Collected data entries
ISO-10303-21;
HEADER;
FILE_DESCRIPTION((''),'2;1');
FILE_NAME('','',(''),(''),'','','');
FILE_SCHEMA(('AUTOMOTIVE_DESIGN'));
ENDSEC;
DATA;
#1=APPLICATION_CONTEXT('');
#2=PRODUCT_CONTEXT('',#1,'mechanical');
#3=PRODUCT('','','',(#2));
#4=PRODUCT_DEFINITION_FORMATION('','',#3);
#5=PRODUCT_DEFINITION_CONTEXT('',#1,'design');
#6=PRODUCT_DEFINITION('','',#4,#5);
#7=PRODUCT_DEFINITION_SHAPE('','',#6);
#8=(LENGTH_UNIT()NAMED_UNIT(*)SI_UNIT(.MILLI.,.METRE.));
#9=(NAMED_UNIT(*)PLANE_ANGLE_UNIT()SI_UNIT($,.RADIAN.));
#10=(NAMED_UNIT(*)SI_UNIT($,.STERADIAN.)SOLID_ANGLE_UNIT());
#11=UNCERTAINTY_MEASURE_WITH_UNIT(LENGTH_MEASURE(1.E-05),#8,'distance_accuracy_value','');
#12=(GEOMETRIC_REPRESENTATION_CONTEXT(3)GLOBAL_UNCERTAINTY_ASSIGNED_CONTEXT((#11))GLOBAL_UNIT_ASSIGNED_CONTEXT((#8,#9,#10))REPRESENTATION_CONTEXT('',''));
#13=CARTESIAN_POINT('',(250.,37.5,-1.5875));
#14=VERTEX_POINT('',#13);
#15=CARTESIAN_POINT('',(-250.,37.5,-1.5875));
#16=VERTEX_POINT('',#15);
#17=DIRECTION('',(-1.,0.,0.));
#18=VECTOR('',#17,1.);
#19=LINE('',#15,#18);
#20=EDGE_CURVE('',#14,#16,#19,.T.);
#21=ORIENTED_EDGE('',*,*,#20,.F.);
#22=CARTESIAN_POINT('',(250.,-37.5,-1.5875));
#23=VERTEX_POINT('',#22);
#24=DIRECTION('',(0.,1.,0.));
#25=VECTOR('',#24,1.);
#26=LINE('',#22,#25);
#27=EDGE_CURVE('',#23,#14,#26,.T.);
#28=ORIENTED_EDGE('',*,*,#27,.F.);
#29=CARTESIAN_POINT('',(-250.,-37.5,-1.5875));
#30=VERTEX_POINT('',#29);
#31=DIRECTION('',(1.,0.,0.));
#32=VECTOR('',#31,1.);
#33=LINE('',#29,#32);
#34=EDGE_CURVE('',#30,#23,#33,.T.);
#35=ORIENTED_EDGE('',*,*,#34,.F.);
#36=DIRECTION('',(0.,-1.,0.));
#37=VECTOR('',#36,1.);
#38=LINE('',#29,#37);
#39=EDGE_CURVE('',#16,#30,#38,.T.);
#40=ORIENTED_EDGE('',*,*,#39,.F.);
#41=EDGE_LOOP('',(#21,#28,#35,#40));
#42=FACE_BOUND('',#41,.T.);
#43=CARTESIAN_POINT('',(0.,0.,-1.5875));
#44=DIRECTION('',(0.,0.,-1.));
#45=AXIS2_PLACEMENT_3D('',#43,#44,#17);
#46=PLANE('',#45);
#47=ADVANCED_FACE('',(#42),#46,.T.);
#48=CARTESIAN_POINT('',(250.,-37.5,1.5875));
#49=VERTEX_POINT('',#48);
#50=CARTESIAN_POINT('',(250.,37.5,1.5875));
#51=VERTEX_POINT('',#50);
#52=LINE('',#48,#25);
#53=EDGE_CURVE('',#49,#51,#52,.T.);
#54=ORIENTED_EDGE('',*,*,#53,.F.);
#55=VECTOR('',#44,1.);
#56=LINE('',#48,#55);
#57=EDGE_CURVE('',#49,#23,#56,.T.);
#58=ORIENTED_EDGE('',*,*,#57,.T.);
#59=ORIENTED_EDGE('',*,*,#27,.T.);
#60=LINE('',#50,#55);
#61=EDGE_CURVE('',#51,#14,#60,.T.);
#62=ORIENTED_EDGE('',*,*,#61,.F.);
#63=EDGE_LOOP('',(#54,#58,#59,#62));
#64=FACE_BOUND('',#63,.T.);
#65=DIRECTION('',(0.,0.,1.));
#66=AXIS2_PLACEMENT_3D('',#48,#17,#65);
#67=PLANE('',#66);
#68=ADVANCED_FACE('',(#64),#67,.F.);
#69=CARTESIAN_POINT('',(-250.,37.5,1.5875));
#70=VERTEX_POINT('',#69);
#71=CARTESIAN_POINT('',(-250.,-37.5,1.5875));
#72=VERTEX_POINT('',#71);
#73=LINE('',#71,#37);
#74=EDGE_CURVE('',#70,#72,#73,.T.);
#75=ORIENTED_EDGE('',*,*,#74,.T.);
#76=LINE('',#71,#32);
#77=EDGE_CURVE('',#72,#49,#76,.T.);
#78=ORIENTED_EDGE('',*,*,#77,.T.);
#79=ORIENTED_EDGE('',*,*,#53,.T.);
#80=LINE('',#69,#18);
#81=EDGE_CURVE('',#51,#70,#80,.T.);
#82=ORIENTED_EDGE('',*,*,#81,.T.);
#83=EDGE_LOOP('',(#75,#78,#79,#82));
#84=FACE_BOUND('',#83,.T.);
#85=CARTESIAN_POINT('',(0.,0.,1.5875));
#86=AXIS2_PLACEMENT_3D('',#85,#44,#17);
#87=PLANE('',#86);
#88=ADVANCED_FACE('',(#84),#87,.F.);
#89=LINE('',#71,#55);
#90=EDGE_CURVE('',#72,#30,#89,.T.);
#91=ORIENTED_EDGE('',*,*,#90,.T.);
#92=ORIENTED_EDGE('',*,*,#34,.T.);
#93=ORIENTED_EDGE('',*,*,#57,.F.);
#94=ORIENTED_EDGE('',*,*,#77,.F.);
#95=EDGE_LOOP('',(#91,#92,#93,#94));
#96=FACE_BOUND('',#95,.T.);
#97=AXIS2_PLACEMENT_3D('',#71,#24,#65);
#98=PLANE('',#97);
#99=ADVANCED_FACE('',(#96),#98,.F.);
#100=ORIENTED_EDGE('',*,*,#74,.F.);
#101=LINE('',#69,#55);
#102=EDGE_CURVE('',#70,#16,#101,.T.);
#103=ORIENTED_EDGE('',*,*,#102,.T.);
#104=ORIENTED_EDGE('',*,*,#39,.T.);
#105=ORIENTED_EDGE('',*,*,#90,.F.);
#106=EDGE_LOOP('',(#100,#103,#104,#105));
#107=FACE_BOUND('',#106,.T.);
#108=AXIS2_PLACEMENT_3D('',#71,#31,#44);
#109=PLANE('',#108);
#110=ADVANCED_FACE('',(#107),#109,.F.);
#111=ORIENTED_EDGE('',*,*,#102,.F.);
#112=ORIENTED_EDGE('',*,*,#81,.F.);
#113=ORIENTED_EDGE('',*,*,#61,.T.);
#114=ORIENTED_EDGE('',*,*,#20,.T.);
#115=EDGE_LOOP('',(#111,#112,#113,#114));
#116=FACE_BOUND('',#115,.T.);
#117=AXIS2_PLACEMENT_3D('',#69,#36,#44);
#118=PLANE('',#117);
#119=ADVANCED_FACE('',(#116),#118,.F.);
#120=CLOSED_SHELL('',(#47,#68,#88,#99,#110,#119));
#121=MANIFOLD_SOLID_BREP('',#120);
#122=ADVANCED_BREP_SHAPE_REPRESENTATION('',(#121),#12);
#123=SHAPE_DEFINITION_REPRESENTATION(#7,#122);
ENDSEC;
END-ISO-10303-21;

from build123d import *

# Parameters (mm, degrees)
CROQUIS1_W              = 500
CROQUIS1_H              = 75
SALIENTE_EXTRUIR1_DEPTH = 1.5875


with BuildPart() as part:
    # Croquis1 → Saliente-Extruir1 (new, symmetric)
    with BuildSketch(Plane.XY):
        Rectangle(CROQUIS1_W, CROQUIS1_H)
    extrude(amount=SALIENTE_EXTRUIR1_DEPTH, both=True)


solid = part.part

Prompt. Retype exactly the lines above, from the one with "#62=ORIENTED_EDGE('',*,*,#61,.F.);" through the one with "#83=EDGE_LOOP('',(#75,#78,#79,#82));", inclusive.

Answer for the task.
#62=ORIENTED_EDGE('',*,*,#61,.F.);
#63=EDGE_LOOP('',(#54,#58,#59,#62));
#64=FACE_BOUND('',#63,.T.);
#65=DIRECTION('',(0.,0.,1.));
#66=AXIS2_PLACEMENT_3D('',#48,#17,#65);
#67=PLANE('',#66);
#68=ADVANCED_FACE('',(#64),#67,.F.);
#69=CARTESIAN_POINT('',(-250.,37.5,1.5875));
#70=VERTEX_POINT('',#69);
#71=CARTESIAN_POINT('',(-250.,-37.5,1.5875));
#72=VERTEX_POINT('',#71);
#73=LINE('',#71,#37);
#74=EDGE_CURVE('',#70,#72,#73,.T.);
#75=ORIENTED_EDGE('',*,*,#74,.T.);
#76=LINE('',#71,#32);
#77=EDGE_CURVE('',#72,#49,#76,.T.);
#78=ORIENTED_EDGE('',*,*,#77,.T.);
#79=ORIENTED_EDGE('',*,*,#53,.T.);
#80=LINE('',#69,#18);
#81=EDGE_CURVE('',#51,#70,#80,.T.);
#82=ORIENTED_EDGE('',*,*,#81,.T.);
#83=EDGE_LOOP('',(#75,#78,#79,#82));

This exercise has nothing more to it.